As part of his job at AppRiver, Touchette basically looks at all the company’s traffic – whether email traffic or web traffic – to check for any security issues like malware or phishing.
“When I find these, I then look at what their intentions are,” said Touchette, who is COMP-TIA Security+ certified and also has other certifications such as CCNA. “That often requires a wide set of skills – not necessarily all of them really deep skills, but a bit of this and that. An example is if I find a piece of malware and I want to figure out what it does, I have to reverse engineer it. Not only do you have to understand … assembly code and how to reverse engineer; it also requires a little bit of the network side.”
Education & Certifications
While there are examples of people making it as security analysts despite taking a non-traditional path, prospective security analysts can’t go wrong taking something related to IT or IS or, of course, computer science. An understanding of computer networks and mainframe computers, and some actual work experience in the IT realm, will help as well. There are various certifications security analysts tend to gravitate towards. Arguably the most popular is CISSP. Others include, but are not limited to, CREA, CompTIA Network+ and CWAPT.
Education & Certifications: The Experts Weigh In
Prenston Gale, director of information security at Dynamics Research Corp. in Andover, Massachusetts, earned a degree in computer science and mathematics from Augustana College and has certifications such as CISSP and Microsoft Certified Professional.
While acknowledging the importance of certifications, Gale noted that they’re not absolutely necessary.
“Now from a knowledge perspective, certifications certainly aren’t necessary because what they do is test your knowledge and certify that you have the knowledge,” said Gale. “So you don’t need a certification to gain that knowledge. What certifications are good for is to make you…more marketable as an individual.”

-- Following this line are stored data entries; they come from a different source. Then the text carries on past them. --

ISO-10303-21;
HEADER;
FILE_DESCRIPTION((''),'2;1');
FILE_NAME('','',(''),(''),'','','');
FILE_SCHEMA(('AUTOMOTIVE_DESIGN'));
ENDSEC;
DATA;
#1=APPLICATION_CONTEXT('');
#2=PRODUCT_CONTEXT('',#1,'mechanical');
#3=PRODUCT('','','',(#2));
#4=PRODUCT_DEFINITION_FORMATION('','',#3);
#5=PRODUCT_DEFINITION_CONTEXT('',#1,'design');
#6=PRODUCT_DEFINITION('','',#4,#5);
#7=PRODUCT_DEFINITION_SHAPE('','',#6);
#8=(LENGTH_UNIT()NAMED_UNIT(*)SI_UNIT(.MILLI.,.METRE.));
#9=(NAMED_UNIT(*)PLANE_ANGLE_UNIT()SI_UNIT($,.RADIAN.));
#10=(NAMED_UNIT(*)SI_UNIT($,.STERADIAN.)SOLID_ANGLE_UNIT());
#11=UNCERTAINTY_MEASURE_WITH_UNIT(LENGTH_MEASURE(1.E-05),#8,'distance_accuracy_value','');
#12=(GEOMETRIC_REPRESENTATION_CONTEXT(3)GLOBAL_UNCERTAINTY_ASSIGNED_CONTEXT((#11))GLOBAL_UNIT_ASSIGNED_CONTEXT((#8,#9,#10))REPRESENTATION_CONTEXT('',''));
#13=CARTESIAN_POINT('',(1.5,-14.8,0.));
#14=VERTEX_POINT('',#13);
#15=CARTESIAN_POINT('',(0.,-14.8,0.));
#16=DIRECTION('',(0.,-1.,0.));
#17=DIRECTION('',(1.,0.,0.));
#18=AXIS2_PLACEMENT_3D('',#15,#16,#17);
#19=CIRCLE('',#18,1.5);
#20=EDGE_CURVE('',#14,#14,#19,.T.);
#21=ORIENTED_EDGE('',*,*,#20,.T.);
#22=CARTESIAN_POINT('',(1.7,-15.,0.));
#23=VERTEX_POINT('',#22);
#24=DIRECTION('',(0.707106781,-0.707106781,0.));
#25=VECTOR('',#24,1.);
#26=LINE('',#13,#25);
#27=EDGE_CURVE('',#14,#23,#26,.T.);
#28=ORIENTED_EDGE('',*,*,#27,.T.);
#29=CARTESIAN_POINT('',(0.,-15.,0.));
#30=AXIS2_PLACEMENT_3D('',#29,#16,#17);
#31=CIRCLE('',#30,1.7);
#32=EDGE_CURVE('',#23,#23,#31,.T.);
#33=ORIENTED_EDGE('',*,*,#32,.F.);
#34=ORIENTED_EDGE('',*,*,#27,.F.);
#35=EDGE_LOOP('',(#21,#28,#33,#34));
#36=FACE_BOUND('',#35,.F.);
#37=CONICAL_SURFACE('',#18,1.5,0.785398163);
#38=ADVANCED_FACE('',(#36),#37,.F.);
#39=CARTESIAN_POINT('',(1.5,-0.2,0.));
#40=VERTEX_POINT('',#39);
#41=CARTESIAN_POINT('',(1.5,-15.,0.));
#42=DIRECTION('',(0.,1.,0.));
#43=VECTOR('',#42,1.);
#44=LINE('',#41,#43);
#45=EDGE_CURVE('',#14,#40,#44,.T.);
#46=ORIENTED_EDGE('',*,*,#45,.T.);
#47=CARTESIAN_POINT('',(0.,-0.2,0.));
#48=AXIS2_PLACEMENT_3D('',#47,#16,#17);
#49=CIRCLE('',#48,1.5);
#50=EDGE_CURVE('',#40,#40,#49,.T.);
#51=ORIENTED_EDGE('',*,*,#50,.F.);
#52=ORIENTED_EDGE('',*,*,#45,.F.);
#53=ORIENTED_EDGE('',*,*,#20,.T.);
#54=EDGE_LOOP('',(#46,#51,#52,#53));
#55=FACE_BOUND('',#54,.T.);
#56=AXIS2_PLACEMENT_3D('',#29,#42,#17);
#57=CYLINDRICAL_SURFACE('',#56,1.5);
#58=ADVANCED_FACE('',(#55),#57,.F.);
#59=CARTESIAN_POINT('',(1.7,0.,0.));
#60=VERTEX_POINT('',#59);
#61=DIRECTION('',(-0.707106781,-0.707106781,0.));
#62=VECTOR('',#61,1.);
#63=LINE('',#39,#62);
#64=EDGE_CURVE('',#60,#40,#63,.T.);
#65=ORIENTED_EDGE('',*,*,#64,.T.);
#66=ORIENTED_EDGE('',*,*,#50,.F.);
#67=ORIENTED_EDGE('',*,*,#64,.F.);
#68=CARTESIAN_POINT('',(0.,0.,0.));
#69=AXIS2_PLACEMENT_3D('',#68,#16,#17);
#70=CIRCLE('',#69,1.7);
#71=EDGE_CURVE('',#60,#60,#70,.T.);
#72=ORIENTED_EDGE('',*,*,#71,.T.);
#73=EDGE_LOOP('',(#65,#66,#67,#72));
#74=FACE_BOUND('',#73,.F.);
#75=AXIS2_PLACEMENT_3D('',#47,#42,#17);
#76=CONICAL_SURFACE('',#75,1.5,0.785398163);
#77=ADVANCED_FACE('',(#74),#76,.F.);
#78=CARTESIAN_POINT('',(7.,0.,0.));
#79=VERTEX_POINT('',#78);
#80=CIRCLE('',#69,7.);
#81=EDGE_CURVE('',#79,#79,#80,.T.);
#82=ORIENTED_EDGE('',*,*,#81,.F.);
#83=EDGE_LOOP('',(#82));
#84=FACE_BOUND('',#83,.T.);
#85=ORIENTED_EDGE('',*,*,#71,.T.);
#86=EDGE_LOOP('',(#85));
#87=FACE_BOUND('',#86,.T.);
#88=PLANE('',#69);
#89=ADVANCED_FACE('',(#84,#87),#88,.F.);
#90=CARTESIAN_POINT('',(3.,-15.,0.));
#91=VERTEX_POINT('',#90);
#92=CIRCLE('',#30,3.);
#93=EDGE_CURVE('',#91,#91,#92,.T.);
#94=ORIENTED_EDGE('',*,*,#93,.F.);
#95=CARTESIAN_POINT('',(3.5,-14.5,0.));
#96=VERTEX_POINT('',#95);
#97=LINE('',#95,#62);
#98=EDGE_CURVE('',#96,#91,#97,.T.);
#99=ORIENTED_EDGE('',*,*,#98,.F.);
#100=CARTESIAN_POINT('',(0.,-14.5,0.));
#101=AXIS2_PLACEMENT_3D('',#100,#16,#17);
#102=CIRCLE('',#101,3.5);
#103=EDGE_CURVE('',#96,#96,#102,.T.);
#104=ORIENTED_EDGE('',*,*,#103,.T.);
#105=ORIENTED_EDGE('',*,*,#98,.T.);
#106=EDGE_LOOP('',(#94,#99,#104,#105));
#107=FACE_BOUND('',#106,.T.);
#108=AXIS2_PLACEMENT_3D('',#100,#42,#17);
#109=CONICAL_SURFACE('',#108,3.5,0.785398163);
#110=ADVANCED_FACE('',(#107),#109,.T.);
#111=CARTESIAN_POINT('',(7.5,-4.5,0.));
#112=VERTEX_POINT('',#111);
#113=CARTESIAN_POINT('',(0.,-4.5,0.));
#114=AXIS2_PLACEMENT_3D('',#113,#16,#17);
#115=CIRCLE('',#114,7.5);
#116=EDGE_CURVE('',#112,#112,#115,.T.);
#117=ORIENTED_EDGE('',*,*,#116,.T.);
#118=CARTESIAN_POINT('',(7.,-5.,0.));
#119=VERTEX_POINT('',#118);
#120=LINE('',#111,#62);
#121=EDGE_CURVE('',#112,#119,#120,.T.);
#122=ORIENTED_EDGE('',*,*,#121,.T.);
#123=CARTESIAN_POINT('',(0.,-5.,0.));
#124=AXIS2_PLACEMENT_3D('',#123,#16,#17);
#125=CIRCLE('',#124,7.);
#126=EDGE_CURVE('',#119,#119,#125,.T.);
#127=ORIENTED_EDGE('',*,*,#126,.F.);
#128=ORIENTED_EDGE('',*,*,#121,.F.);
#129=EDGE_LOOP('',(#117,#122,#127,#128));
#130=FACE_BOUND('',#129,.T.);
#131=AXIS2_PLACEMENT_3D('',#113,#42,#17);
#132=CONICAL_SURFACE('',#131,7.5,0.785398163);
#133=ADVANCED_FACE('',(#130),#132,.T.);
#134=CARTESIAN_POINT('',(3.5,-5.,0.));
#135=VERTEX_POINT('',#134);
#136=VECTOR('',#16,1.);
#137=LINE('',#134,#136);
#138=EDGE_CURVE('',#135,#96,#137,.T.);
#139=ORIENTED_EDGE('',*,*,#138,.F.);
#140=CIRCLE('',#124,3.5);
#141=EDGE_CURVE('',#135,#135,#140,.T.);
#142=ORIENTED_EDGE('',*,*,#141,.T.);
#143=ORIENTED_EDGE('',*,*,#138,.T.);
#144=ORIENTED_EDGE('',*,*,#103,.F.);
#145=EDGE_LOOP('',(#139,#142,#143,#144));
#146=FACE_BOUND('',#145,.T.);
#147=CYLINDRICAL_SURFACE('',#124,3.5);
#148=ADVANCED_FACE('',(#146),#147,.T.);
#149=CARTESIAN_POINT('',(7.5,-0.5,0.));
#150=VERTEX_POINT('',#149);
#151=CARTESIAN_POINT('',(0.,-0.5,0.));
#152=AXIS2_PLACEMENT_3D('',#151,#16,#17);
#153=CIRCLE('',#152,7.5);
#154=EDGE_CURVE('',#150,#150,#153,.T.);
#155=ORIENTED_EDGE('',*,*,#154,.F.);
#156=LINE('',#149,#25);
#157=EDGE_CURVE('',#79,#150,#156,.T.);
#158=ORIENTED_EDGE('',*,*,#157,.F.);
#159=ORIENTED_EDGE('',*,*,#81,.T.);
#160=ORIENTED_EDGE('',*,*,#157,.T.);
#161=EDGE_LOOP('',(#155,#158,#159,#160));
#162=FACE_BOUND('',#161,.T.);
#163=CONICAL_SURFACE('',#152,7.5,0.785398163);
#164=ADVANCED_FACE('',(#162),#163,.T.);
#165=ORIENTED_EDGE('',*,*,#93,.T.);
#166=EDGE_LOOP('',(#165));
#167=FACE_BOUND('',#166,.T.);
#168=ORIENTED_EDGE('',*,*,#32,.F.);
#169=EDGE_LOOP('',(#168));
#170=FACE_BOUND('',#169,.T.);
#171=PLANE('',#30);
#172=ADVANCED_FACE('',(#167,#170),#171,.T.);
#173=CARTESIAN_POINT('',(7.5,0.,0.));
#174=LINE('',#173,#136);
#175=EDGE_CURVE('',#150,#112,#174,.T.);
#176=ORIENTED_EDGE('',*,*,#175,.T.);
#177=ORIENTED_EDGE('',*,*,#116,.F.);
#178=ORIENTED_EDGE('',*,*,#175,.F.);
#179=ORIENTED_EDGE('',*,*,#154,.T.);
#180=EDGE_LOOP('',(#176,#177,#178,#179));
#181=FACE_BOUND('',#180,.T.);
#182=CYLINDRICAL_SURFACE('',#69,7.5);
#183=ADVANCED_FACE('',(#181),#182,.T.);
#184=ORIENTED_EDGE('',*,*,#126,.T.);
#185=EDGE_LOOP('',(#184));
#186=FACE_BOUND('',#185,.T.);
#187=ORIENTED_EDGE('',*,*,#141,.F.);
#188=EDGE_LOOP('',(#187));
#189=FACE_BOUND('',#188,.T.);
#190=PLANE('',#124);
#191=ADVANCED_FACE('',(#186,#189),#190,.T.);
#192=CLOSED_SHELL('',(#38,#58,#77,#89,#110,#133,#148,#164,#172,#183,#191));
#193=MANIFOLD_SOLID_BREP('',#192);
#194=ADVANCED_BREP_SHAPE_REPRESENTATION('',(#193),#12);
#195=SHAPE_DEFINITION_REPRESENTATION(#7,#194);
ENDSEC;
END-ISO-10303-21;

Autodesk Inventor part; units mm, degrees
ref_plane "YZ Plane" through (0, 0, 0) normal (1, 0, 0) x (0, 1, 0)
ref_plane "XZ Plane" through (0, 0, 0) normal (0, 1, 0) x (-1, 0, 0)
ref_plane "XY Plane" through (0, 0, 0) normal (0, 0, 1) x (1, 0, 0)
sketch "Sketch1" plane through (0, 0, 0) normal (0, 0, 1) x (1, 0, 0)
  line L0 (0, 0) -> (0, -15) construction
  line L1 (1.5, 0) -> (7.5, 0)
  line L2 (7.5, 0) -> (7.5, -5)
  line L3 (7.5, -5) -> (3.5, -5)
  line L4 (3.5, -5) -> (3.5, -15)
  line L5 (3.5, -15) -> (1.5, -15)
  line L6 (1.5, -15) -> (1.5, 0)
  dimension "d0" = 1.5
  dimension "d1" = 7.5
  dimension "d2" = 5
  dimension "d3" = 10
  dimension "Length" = 15
  dimension "d5" = 3.5
revolve "Revolution1" add sketch "Sketch1" angle 360 about axis through (0, 0, 0) along (0, -1, 0)
chamfer "Chamfer1" distance 0.5 angle 45 3 edges at (-7.5, 0, 0) (-7.5, -5, 0) (-3.5, -15, 0)
chamfer "Chamfer2" distance 0.2 angle 45 2 edges at (-1.5, 0, 0) (-1.5, -15, 0)
equation "\"Diameter\" = 15"
properties part number "Bush" material "Bronze, Soft Tin"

If security professionals who have been in the field for, say, a decade don’t have certifications, prospective employers will wonder what they’ve been up to all that time, said Gale, who added that certifications are important from the perspectives of personal growth and career development.
Although McKenna has succeeded as a security analyst despite lacking some of the more popular security certifications, he’s not exactly knocking them. Professionals who will be focusing on things like network layers would certainly benefit from some related certifications, he noted. But the certifications available for the fraud side are generally not of the must-have variety. So he’s opted to pass.
“There’s definitely people who are going to say, ‘You absolutely have to have your CISSP,'” he said. “You’ll also see people, like myself, who don’t have those certifications. I wouldn’t say that you don’t need them, and I wouldn’t say that they’re absolutely necessary. They can absolutely help get your foot in the door for interviews and for receiving jobs, but they’re not mandatory for performing the functions of the jobs.”